A cold coming we had of it,
Just the worst time of the year
For a journey, and such a long journey:
The ways deep and the weather sharp,
The very dead of winter.

There was nothing practical about the Magi’s journey from Persia. They crossed half the ancient world on the whisper of a hope that they might gaze upon the face of a king, a Savior, promised in centuries-old prophecies. They could only guess at their end point, following a star to Bethlehem. In Eliot’s depiction, the narrator speaks of plodding “ways deep” and “weather sharp.” Rather than sleeping in, he recalls “sleeping in snatches,” and instead of cheerful carols, he heard “singing in our ears, saying/That this was all folly.” You’re really traveling all that way to see someone who may not exist? Good luck.

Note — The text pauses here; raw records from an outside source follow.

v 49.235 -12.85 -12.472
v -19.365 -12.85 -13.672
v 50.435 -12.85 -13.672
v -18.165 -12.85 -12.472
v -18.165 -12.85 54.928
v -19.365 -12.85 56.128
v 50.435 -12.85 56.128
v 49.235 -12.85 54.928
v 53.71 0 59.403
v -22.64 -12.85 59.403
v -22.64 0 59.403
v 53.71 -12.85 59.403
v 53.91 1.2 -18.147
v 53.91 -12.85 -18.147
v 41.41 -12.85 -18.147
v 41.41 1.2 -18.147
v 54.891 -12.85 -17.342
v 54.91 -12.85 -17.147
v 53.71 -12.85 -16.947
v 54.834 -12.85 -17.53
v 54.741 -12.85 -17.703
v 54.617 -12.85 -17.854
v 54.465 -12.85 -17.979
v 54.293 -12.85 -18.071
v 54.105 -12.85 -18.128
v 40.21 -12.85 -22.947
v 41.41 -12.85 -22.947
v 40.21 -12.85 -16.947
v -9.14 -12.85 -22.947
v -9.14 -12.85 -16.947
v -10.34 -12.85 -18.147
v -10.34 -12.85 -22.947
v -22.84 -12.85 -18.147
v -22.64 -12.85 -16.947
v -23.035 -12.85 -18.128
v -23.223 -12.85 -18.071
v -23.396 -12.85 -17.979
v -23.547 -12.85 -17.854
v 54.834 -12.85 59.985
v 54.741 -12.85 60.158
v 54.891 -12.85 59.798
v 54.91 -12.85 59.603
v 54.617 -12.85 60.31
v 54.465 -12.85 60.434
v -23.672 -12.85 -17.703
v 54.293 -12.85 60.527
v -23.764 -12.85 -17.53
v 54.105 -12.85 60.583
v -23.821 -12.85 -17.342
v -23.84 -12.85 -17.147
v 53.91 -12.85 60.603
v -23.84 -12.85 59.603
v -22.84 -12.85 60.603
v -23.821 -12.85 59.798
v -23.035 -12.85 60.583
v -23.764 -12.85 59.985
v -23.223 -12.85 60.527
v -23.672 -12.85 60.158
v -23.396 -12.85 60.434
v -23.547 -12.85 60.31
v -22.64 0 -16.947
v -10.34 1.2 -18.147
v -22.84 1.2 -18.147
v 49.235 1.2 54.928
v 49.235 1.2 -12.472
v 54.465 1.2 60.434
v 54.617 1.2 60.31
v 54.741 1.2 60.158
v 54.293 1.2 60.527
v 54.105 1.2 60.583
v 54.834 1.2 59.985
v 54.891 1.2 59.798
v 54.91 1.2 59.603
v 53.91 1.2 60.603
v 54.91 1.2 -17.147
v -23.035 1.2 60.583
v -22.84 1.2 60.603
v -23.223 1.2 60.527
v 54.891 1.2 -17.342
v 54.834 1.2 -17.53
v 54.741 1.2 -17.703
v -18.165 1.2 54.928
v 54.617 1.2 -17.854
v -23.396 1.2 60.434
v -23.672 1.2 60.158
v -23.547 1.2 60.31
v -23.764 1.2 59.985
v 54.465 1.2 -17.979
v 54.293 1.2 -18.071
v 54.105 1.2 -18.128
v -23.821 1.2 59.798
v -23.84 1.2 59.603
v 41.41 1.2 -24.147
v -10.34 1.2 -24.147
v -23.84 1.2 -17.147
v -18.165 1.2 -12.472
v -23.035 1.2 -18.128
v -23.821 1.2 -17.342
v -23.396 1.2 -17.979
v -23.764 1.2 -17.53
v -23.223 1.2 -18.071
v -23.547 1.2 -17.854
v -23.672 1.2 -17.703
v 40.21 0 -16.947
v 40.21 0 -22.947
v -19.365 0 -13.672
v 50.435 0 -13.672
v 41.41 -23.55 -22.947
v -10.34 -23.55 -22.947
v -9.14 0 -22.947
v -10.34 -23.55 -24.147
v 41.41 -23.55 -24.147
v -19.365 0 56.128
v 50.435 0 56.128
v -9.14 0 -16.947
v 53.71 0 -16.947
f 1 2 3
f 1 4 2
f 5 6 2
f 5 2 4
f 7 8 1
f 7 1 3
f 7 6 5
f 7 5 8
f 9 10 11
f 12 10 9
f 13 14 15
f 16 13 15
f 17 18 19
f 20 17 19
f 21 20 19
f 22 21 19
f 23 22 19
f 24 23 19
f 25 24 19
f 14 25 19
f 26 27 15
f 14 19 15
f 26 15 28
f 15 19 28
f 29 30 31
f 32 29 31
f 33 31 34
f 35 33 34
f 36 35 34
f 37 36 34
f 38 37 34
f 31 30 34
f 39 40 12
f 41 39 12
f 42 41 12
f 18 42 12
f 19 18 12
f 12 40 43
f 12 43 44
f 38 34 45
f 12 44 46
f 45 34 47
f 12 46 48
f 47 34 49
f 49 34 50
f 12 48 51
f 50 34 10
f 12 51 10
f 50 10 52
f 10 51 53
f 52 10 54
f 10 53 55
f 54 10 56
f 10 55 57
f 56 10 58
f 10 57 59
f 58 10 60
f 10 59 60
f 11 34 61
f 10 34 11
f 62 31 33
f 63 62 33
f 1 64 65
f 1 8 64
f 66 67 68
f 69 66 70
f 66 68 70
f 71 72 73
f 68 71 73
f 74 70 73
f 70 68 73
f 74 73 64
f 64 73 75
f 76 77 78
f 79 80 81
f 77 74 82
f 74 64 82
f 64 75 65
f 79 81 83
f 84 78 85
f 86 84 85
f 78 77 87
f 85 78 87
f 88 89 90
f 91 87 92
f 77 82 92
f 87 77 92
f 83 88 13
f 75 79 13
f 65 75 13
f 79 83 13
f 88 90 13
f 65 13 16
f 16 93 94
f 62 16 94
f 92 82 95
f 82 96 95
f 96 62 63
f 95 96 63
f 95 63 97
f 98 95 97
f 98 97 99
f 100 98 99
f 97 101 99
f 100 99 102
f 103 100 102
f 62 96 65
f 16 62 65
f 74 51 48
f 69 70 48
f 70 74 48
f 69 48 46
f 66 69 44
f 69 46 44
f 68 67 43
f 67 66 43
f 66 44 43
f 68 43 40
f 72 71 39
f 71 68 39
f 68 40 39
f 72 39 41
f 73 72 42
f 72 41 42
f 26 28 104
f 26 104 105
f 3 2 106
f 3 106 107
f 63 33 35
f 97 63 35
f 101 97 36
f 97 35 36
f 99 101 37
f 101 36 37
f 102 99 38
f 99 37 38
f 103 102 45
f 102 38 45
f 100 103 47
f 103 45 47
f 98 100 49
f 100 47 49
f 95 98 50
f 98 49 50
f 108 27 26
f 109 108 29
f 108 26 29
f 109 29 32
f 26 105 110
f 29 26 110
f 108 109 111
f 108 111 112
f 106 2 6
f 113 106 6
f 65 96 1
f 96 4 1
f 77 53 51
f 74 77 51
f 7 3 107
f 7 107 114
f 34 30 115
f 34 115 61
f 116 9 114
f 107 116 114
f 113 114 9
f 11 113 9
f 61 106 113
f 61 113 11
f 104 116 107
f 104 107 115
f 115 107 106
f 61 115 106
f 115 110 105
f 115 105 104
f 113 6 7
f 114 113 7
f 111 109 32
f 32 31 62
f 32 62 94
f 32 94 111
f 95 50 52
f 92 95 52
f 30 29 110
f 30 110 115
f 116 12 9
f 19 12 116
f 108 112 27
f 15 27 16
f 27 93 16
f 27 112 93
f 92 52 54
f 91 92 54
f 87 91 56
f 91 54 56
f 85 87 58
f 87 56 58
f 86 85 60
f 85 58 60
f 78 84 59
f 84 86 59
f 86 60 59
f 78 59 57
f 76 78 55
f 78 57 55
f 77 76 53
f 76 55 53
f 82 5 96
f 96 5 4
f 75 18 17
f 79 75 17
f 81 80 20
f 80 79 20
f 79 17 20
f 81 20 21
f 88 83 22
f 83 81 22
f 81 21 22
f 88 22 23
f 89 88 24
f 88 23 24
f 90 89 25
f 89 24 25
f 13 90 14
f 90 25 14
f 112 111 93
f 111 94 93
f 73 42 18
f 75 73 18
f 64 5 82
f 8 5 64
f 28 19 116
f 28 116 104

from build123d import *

# Parameters (mm, degrees)
SKETCH1_W           = 67.4
SKETCH1_H           = 67.4
BOSS_EXTRUDE1_DEPTH = 1.2
BOSS_EXTRUDE2_START = 12.85
SKETCH2_W           = 69.8
SKETCH2_H           = 69.8
SKETCH2_W_2         = 67.4
SKETCH2_H_2         = 67.4
BOSS_EXTRUDE2_DEPTH = 12.85
BOSS_EXTRUDE3_DEPTH = 10.7


with BuildPart() as part:
    # Sketch1 → Boss-Extrude1 (new body)
    with BuildSketch(Plane(origin=(0, 0, 0), x_dir=(1, 0, 0), z_dir=(0, 1, 0))):
        with BuildLine():
            Line((-22.840165497, 18.147363877), (-10.340165497, 18.147363877))
            Line((-10.340165497, 18.147363877), (-10.340165497, 24.147363877))
            Line((-10.340165497, 24.147363877), (41.409834503, 24.147363877))
            Line((41.409834503, 24.147363877), (41.409834503, 18.147363877))
            Line((41.409834503, 18.147363877), (53.909834503, 18.147363877))
            ThreePointArc((53.909834503, 18.147363877), (54.616941284, 17.854470658), (54.909834503, 17.147363877))
            Line((54.909834503, 17.147363877), (54.909834503, -59.602636123))
            ThreePointArc((54.909834503, -59.602636123), (54.616941284, -60.309742904), (53.909834503, -60.602636123))
            Line((53.909834503, -60.602636123), (-22.840165497, -60.602636123))
            ThreePointArc((-22.840165497, -60.602636123), (-23.547272279, -60.309742904), (-23.840165497, -59.602636123))
            Line((-23.840165497, -59.602636123), (-23.840165497, 17.147363877))
            ThreePointArc((-23.840165497, 17.147363877), (-23.547272279, 17.854470658), (-22.840165497, 18.147363877))
        make_face()
        with Locations((15.534834503, -21.227636123)):
            Rectangle(SKETCH1_W, SKETCH1_H, mode=Mode.SUBTRACT)
    extrude(amount=BOSS_EXTRUDE1_DEPTH)

    # Sketch2 → Boss-Extrude2 (add)
    # profile 1 of 2: a face of its own
    with BuildSketch(Plane.XZ.offset(BOSS_EXTRUDE2_START)):
        with BuildLine():
            Line((-10.340165497, -24.147363877), (41.409834503, -24.147363877))
            Line((41.409834503, -24.147363877), (41.409834503, -18.147363877))
            Line((41.409834503, -18.147363877), (53.909834503, -18.147363877))
            ThreePointArc((53.909834503, -18.147363877), (54.616941284, -17.854470658), (54.909834503, -17.147363877))
            Line((54.909834503, -17.147363877), (54.909834503, 59.602636123))
            ThreePointArc((54.909834503, 59.602636123), (54.616941284, 60.309742904), (53.909834503, 60.602636123))
            Line((53.909834503, 60.602636123), (-22.840165497, 60.602636123))
            ThreePointArc((-22.840165497, 60.602636123), (-23.547272279, 60.309742904), (-23.840165497, 59.602636123))
            Line((-23.840165497, 59.602636123), (-23.840165497, -17.147363877))
            ThreePointArc((-23.840165497, -17.147363877), (-23.547272279, -17.854470658), (-22.840165497, -18.147363877))
            Line((-22.840165497, -18.147363877), (-10.340165497, -18.147363877))
            Line((-10.340165497, -18.147363877), (-10.340165497, -24.147363877))
        make_face()
        Polygon((40.209834503, -16.947363877), (40.209834503, -22.947363877), (-9.140165497, -22.947363877), (-9.140165497, -16.947363877), (-22.640165497, -16.947363877), (-22.640165497, 59.402636123), (53.709834503, 59.402636123), (53.709834503, -16.947363877), align=None, mode=Mode.SUBTRACT)
    # profile 2 of 2: a face of its own
    with BuildSketch(Plane.XZ.offset(BOSS_EXTRUDE2_START)):
        with Locations((15.534834503, 21.227636123)):
            Rectangle(SKETCH2_W, SKETCH2_H)
        with Locations((15.534834503, 21.227636123)):
            Rectangle(SKETCH2_W_2, SKETCH2_H_2, mode=Mode.SUBTRACT)
    extrude(amount=-BOSS_EXTRUDE2_DEPTH)

    # Sketch3 → Boss-Extrude3 (add)
    with BuildSketch(Plane.XZ.offset(12.85)):
        Polygon((-9.140165497, -22.947363877), (-10.340165497, -22.947363877), (-10.340165497, -24.147363877), (41.409834503, -24.147363877), (41.409834503, -22.947363877), align=None)
    extrude(amount=BOSS_EXTRUDE3_DEPTH)


solid = part.part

We can be sure they would have met with at least as much discouragement today, perhaps even from our own lips. 

As the poem concludes, Eliot’s tone becomes persistent, sharp: “…But set down/This set down/This: were we led all that way for/Birth or Death?” There was certainly birth, but this birth was “hard and bitter agony for us, like Death, our death.” Here, Eliot’s king seems to speak of Christ’s ultimate crucifixion, but also of the king’s own baptism, the bitter death of the old self and the glorious birth of the new. “I had seen birth and death,/But had thought they were different,” he writes. This birth brings both heartache and joy to the Christian who knows its meaning. 

This is the beauty of Christmas for the Christian. It is a day of joy that comes only through tribulation—the Magi’s journey, Mary’s labor, and the birth of one who would ultimately die. It is a meaning that becomes visible only when we gaze upon Christ himself: life requires death. Joy comes not from comfort, but from sacrifice. 

The Incarnation announces a spirit quite different from the one that stays home on the sabbath, and home on Christmas. The realest things in this life may also be the least practical. Certainly, they are never easy. But these trials are a comfort to us; these deaths bring life. It is fitting that in our remembrance, we take on some small discomfort ourselves and show up in the pews. 

For myself, “I should be glad of another death.”